Еще пример трансформации биографического метода. Коль скоро создать единое и единственное жизнеописание собственного прошлого невозможно, то что же такое мое Я? Об этом постоянно размышляет Лем в биографических произведениях. Но ведь проблематичное самотождество человеческого Я — одна из магистральных тем Лема-фантаста. Она обсуждается и юмористически (вспомним, как в седьмом путешествии Ийон Тихий сосуществует сразу с несколькими собственными «копиями», извлеченными из понедельника, среды и прочих дней недели), и совершенно всерьез (какая из двух Хэри в «Солярис» более подлинна — та, что много лет назад покончила с собой, или присланная Кельвину Океаном?). Да и в трактатах Лем уделяет вопросу о возможности создать точный дубль человеческой личности немало внимания. Так, еще в «Диалогах» (первое издание появилось в 1957 году) Лем задавался вопросом: «Существую ли „я вчерашний“ сегодня либо нынешним днем никакого „вчерашнего я“ уже нет?»[11]
Итак, приемы биографически конкретного воссоздания реальности играют немалую роль и в зрелых книгах Лема, биографический подход присутствует и за пределами сугубо жизнеописательных ранних романов. Ну а как обстоит дело с героями лемовской фантастики, в какой мере они наделены ощущением собственной личностной конкретности и уникальности?
* * *
Я, право, не знаю, почему я выбрал путь научной фантастики; я могу лишь предположить, что она имеет или… должна иметь дело с человеческим родом как таковым… а не с отдельными индивидами, все равно — святыми или чудовищами.
Тезис об отсутствии в science fiction специального интереса к человеческой индивидуальности — одно из общих мест современного «фантастоведения». Главная роль в фантастическом произведении безоговорочно отводится научной гипотезе, футурологическому прогнозу, модели общественной ситуации как таковой — всему, кроме судьбы конкретного героя в ее биографической полноте. Так ли обстоит дело у Лема? И можно ли сомневаться в правоте авторского profession de foi, вынесенного в эпиграф?
Нельзя не видеть в высказывании Лема явную полемическую заостренность. В его фантастике герой далеко не всегда демонстративно освобожден от памяти о прошлом, о детстве, о предках и т. д. Скажем больше: наличие либо отсутствие биографий главных героев — важнейший «различительный признак», позволяющий судить о творческой эволюции Лема. Во многих его повестях и романах общая теоретическая посылка не предшествует появлению на сцене того или иного уже «взрослого», личностно сформировавшегося героя. Наоборот, герой, зачастую еще не знающий себя самого, вынужден почти вслепую нащупывать контуры реальности, разгадывать ее загадки. Избегая прямолинейного персонализма, желая рассуждать только о человечестве в целом, в лучших своих вещах Лем вновь и вновь возвращается к судьбам конкретных людей, заброшенных в таинственный мир необходимости и случайности.

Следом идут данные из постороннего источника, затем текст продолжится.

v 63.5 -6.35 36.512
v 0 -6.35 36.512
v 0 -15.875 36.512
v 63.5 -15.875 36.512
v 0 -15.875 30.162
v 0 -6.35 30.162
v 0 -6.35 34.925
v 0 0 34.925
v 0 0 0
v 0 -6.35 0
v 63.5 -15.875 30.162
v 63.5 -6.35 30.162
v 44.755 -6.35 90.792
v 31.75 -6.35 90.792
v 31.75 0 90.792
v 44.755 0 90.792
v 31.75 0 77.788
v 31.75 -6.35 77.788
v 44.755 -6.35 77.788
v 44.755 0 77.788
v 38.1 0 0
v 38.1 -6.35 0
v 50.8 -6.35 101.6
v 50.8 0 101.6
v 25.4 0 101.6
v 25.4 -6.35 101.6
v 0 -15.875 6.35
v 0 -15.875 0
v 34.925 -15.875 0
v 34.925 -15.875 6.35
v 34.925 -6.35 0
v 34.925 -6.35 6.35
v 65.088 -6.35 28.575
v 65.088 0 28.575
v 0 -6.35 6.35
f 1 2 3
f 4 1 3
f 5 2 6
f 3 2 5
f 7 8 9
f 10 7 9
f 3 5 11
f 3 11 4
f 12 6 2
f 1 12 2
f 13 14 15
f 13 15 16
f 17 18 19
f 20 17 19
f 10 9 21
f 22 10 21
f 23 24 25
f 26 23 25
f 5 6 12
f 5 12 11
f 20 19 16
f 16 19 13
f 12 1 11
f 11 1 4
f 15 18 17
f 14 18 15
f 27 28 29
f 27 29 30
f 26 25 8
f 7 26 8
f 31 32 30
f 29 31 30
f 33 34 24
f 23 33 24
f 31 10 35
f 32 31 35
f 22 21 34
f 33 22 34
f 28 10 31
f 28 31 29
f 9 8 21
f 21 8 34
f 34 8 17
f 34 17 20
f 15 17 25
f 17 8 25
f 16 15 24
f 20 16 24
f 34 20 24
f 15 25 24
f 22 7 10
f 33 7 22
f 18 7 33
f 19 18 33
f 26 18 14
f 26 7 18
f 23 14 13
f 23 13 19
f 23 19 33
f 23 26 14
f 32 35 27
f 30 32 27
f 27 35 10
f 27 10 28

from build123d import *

# Parameters (mm, degrees)
F1_DEPTH = 6.35
F2_W     = 13.0048
F2_H     = 13.0048
F3_DEPTH = 25.4
F4_W     = 9.525
F4_H     = 6.35
F5_DEPTH = 34.925
F6_W     = 9.525
F6_H     = 6.35
F7_DEPTH = 63.5


with BuildPart() as f1:
    # F0 (on Front) → F1 (new body)
    with BuildSketch(Plane.XZ):
        Polygon((0, 34.925), (0, 0), (38.1, 0), (65.0875, 28.575), (50.8, 101.6), (25.4, 101.6), align=None)
    extrude(amount=F1_DEPTH)

    # F2 (on face) → F3 (cut)
    with BuildSketch(Plane.XZ.offset(6.35)):
        with Locations((38.2524, 84.2899)):
            Rectangle(F2_W, F2_H)
    extrude(amount=-F3_DEPTH, mode=Mode.SUBTRACT)


with BuildPart() as f5:
    # F4 (on face) → F5 (new body)
    with BuildSketch(Plane(origin=(0, 0, 0), x_dir=(0, -1, 0), z_dir=(-1, 0, 0))):
        with Locations((11.1125, 3.175)):
            Rectangle(F4_W, F4_H)
    extrude(amount=-F5_DEPTH)


with BuildPart() as f7:
    # F6 (on face) → F7 (new body)
    with BuildSketch(Plane(origin=(0, 0, 0), x_dir=(0, -1, 0), z_dir=(-1, 0, 0))):
        with Locations((11.1125, 33.3375)):
            Rectangle(F6_W, F6_H)
    extrude(amount=-F7_DEPTH)


solid = Compound([f1.part, f5.part, f7.part])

«Все романы типа „Солярис“, — говорит Лем, — написаны одним и тем же способом, который я сам не могу объяснить… Я и теперь еще могу показать те места в „Солярис“ или в „Возвращении со звезд“, где я во время писания оказался, по сути, в роли читателя. Когда Кельвин… встречает Снаута, а тот его явно боится, я и понятия не имел, почему никто не встретил посланца с Земли и чего так боится Снаут. Да, я решительно ничего не знал о каком-то там „живом океане“, покрывающем планету»[12]. Можно, видимо, говорить об отождествлении повествователя в «Солярис» не только с читателем, но и с персонажем, жизненный опыт которого в момент завязки интриги на станции «Солярис» явно недостаточен ни для прояснения тайны далекой планеты, ни для простого понимания заданных Океаном первоначальных условий игры.